- WHAT THE TASK REQUIRES
This exercise calls for an exact copy of the data below.

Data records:

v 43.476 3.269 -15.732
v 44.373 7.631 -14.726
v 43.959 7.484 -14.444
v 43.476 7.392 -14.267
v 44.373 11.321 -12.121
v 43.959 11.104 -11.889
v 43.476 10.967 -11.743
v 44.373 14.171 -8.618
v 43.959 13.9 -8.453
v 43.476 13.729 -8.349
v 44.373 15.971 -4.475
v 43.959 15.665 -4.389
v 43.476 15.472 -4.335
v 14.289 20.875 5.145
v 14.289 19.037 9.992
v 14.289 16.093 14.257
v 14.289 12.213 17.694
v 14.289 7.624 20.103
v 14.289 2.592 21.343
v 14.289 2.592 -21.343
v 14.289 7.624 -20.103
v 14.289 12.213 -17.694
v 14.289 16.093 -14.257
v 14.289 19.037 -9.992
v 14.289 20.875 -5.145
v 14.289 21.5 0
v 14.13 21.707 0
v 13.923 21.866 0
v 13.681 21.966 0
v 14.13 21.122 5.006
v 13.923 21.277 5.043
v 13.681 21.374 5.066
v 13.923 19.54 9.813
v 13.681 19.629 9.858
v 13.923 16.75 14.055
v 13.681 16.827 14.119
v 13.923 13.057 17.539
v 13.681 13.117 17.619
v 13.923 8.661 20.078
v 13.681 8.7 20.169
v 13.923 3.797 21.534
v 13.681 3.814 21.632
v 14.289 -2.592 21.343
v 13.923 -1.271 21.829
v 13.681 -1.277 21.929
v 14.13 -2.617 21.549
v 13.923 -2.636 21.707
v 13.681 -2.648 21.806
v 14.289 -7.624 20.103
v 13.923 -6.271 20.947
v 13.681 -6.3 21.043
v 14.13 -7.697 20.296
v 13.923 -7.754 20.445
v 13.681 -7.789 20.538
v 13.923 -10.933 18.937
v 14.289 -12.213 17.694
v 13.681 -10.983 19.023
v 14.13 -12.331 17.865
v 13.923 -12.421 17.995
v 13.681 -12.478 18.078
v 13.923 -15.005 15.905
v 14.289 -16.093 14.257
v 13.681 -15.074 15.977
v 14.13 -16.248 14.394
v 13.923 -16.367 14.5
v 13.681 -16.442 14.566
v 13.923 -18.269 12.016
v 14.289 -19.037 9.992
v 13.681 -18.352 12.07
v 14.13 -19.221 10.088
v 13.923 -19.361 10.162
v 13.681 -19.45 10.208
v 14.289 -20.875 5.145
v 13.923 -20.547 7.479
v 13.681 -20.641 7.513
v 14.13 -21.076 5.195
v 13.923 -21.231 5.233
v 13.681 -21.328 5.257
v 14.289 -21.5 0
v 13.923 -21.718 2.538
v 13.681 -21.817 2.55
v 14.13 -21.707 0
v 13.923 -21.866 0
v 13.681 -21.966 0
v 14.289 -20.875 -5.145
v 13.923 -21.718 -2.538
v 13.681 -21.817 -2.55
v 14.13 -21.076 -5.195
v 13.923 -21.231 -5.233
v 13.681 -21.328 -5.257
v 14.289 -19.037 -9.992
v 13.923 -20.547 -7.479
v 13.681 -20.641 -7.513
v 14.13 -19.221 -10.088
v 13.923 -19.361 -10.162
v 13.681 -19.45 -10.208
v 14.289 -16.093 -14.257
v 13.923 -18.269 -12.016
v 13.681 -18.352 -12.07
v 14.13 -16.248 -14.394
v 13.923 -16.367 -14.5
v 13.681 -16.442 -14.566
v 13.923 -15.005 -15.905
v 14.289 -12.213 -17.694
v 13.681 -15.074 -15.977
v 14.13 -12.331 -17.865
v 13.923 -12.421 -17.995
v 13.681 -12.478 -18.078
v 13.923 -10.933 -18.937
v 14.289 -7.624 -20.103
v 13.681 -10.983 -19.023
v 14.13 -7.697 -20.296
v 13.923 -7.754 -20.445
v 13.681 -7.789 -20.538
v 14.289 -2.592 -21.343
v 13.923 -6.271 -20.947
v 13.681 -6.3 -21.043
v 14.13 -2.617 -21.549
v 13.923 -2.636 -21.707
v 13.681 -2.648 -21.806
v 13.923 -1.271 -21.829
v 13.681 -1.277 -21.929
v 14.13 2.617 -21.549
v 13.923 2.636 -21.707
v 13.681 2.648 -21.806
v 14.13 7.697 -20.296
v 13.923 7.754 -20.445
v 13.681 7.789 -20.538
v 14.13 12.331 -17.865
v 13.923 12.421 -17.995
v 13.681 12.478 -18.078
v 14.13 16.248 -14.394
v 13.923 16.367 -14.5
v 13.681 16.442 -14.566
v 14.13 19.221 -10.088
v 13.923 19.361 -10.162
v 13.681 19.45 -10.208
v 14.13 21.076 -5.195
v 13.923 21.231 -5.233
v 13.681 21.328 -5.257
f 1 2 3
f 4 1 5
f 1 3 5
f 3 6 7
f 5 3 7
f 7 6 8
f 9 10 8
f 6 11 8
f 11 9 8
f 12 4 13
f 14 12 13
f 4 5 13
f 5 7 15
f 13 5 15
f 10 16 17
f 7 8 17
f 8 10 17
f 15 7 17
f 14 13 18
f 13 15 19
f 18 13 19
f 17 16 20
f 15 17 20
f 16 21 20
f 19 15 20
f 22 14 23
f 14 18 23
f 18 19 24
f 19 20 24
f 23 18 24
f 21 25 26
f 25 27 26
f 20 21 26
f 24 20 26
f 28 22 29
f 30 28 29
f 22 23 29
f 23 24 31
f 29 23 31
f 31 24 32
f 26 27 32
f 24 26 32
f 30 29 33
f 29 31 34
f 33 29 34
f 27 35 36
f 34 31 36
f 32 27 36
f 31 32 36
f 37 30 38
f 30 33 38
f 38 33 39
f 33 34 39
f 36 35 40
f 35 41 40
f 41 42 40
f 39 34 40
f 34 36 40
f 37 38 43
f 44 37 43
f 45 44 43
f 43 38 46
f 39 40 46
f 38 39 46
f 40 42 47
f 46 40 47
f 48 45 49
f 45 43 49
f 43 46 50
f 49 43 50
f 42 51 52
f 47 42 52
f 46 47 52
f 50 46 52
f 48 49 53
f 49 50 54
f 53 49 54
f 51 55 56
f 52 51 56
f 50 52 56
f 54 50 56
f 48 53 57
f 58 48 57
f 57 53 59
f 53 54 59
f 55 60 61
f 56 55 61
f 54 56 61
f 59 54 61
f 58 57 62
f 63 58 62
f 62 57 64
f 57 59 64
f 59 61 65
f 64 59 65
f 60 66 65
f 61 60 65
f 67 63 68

- RESPONSE
v 43.476 3.269 -15.732
v 44.373 7.631 -14.726
v 43.959 7.484 -14.444
v 43.476 7.392 -14.267
v 44.373 11.321 -12.121
v 43.959 11.104 -11.889
v 43.476 10.967 -11.743
v 44.373 14.171 -8.618
v 43.959 13.9 -8.453
v 43.476 13.729 -8.349
v 44.373 15.971 -4.475
v 43.959 15.665 -4.389
v 43.476 15.472 -4.335
v 14.289 20.875 5.145
v 14.289 19.037 9.992
v 14.289 16.093 14.257
v 14.289 12.213 17.694
v 14.289 7.624 20.103
v 14.289 2.592 21.343
v 14.289 2.592 -21.343
v 14.289 7.624 -20.103
v 14.289 12.213 -17.694
v 14.289 16.093 -14.257
v 14.289 19.037 -9.992
v 14.289 20.875 -5.145
v 14.289 21.5 0
v 14.13 21.707 0
v 13.923 21.866 0
v 13.681 21.966 0
v 14.13 21.122 5.006
v 13.923 21.277 5.043
v 13.681 21.374 5.066
v 13.923 19.54 9.813
v 13.681 19.629 9.858
v 13.923 16.75 14.055
v 13.681 16.827 14.119
v 13.923 13.057 17.539
v 13.681 13.117 17.619
v 13.923 8.661 20.078
v 13.681 8.7 20.169
v 13.923 3.797 21.534
v 13.681 3.814 21.632
v 14.289 -2.592 21.343
v 13.923 -1.271 21.829
v 13.681 -1.277 21.929
v 14.13 -2.617 21.549
v 13.923 -2.636 21.707
v 13.681 -2.648 21.806
v 14.289 -7.624 20.103
v 13.923 -6.271 20.947
v 13.681 -6.3 21.043
v 14.13 -7.697 20.296
v 13.923 -7.754 20.445
v 13.681 -7.789 20.538
v 13.923 -10.933 18.937
v 14.289 -12.213 17.694
v 13.681 -10.983 19.023
v 14.13 -12.331 17.865
v 13.923 -12.421 17.995
v 13.681 -12.478 18.078
v 13.923 -15.005 15.905
v 14.289 -16.093 14.257
v 13.681 -15.074 15.977
v 14.13 -16.248 14.394
v 13.923 -16.367 14.5
v 13.681 -16.442 14.566
v 13.923 -18.269 12.016
v 14.289 -19.037 9.992
v 13.681 -18.352 12.07
v 14.13 -19.221 10.088
v 13.923 -19.361 10.162
v 13.681 -19.45 10.208
v 14.289 -20.875 5.145
v 13.923 -20.547 7.479
v 13.681 -20.641 7.513
v 14.13 -21.076 5.195
v 13.923 -21.231 5.233
v 13.681 -21.328 5.257
v 14.289 -21.5 0
v 13.923 -21.718 2.538
v 13.681 -21.817 2.55
v 14.13 -21.707 0
v 13.923 -21.866 0
v 13.681 -21.966 0
v 14.289 -20.875 -5.145
v 13.923 -21.718 -2.538
v 13.681 -21.817 -2.55
v 14.13 -21.076 -5.195
v 13.923 -21.231 -5.233
v 13.681 -21.328 -5.257
v 14.289 -19.037 -9.992
v 13.923 -20.547 -7.479
v 13.681 -20.641 -7.513
v 14.13 -19.221 -10.088
v 13.923 -19.361 -10.162
v 13.681 -19.45 -10.208
v 14.289 -16.093 -14.257
v 13.923 -18.269 -12.016
v 13.681 -18.352 -12.07
v 14.13 -16.248 -14.394
v 13.923 -16.367 -14.5
v 13.681 -16.442 -14.566
v 13.923 -15.005 -15.905
v 14.289 -12.213 -17.694
v 13.681 -15.074 -15.977
v 14.13 -12.331 -17.865
v 13.923 -12.421 -17.995
v 13.681 -12.478 -18.078
v 13.923 -10.933 -18.937
v 14.289 -7.624 -20.103
v 13.681 -10.983 -19.023
v 14.13 -7.697 -20.296
v 13.923 -7.754 -20.445
v 13.681 -7.789 -20.538
v 14.289 -2.592 -21.343
v 13.923 -6.271 -20.947
v 13.681 -6.3 -21.043
v 14.13 -2.617 -21.549
v 13.923 -2.636 -21.707
v 13.681 -2.648 -21.806
v 13.923 -1.271 -21.829
v 13.681 -1.277 -21.929
v 14.13 2.617 -21.549
v 13.923 2.636 -21.707
v 13.681 2.648 -21.806
v 14.13 7.697 -20.296
v 13.923 7.754 -20.445
v 13.681 7.789 -20.538
v 14.13 12.331 -17.865
v 13.923 12.421 -17.995
v 13.681 12.478 -18.078
v 14.13 16.248 -14.394
v 13.923 16.367 -14.5
v 13.681 16.442 -14.566
v 14.13 19.221 -10.088
v 13.923 19.361 -10.162
v 13.681 19.45 -10.208
v 14.13 21.076 -5.195
v 13.923 21.231 -5.233
v 13.681 21.328 -5.257
f 1 2 3
f 4 1 5
f 1 3 5
f 3 6 7
f 5 3 7
f 7 6 8
f 9 10 8
f 6 11 8
f 11 9 8
f 12 4 13
f 14 12 13
f 4 5 13
f 5 7 15
f 13 5 15
f 10 16 17
f 7 8 17
f 8 10 17
f 15 7 17
f 14 13 18
f 13 15 19
f 18 13 19
f 17 16 20
f 15 17 20
f 16 21 20
f 19 15 20
f 22 14 23
f 14 18 23
f 18 19 24
f 19 20 24
f 23 18 24
f 21 25 26
f 25 27 26
f 20 21 26
f 24 20 26
f 28 22 29
f 30 28 29
f 22 23 29
f 23 24 31
f 29 23 31
f 31 24 32
f 26 27 32
f 24 26 32
f 30 29 33
f 29 31 34
f 33 29 34
f 27 35 36
f 34 31 36
f 32 27 36
f 31 32 36
f 37 30 38
f 30 33 38
f 38 33 39
f 33 34 39
f 36 35 40
f 35 41 40
f 41 42 40
f 39 34 40
f 34 36 40
f 37 38 43
f 44 37 43
f 45 44 43
f 43 38 46
f 39 40 46
f 38 39 46
f 40 42 47
f 46 40 47
f 48 45 49
f 45 43 49
f 43 46 50
f 49 43 50
f 42 51 52
f 47 42 52
f 46 47 52
f 50 46 52
f 48 49 53
f 49 50 54
f 53 49 54
f 51 55 56
f 52 51 56
f 50 52 56
f 54 50 56
f 48 53 57
f 58 48 57
f 57 53 59
f 53 54 59
f 55 60 61
f 56 55 61
f 54 56 61
f 59 54 61
f 58 57 62
f 63 58 62
f 62 57 64
f 57 59 64
f 59 61 65
f 64 59 65
f 60 66 65
f 61 60 65
f 67 63 68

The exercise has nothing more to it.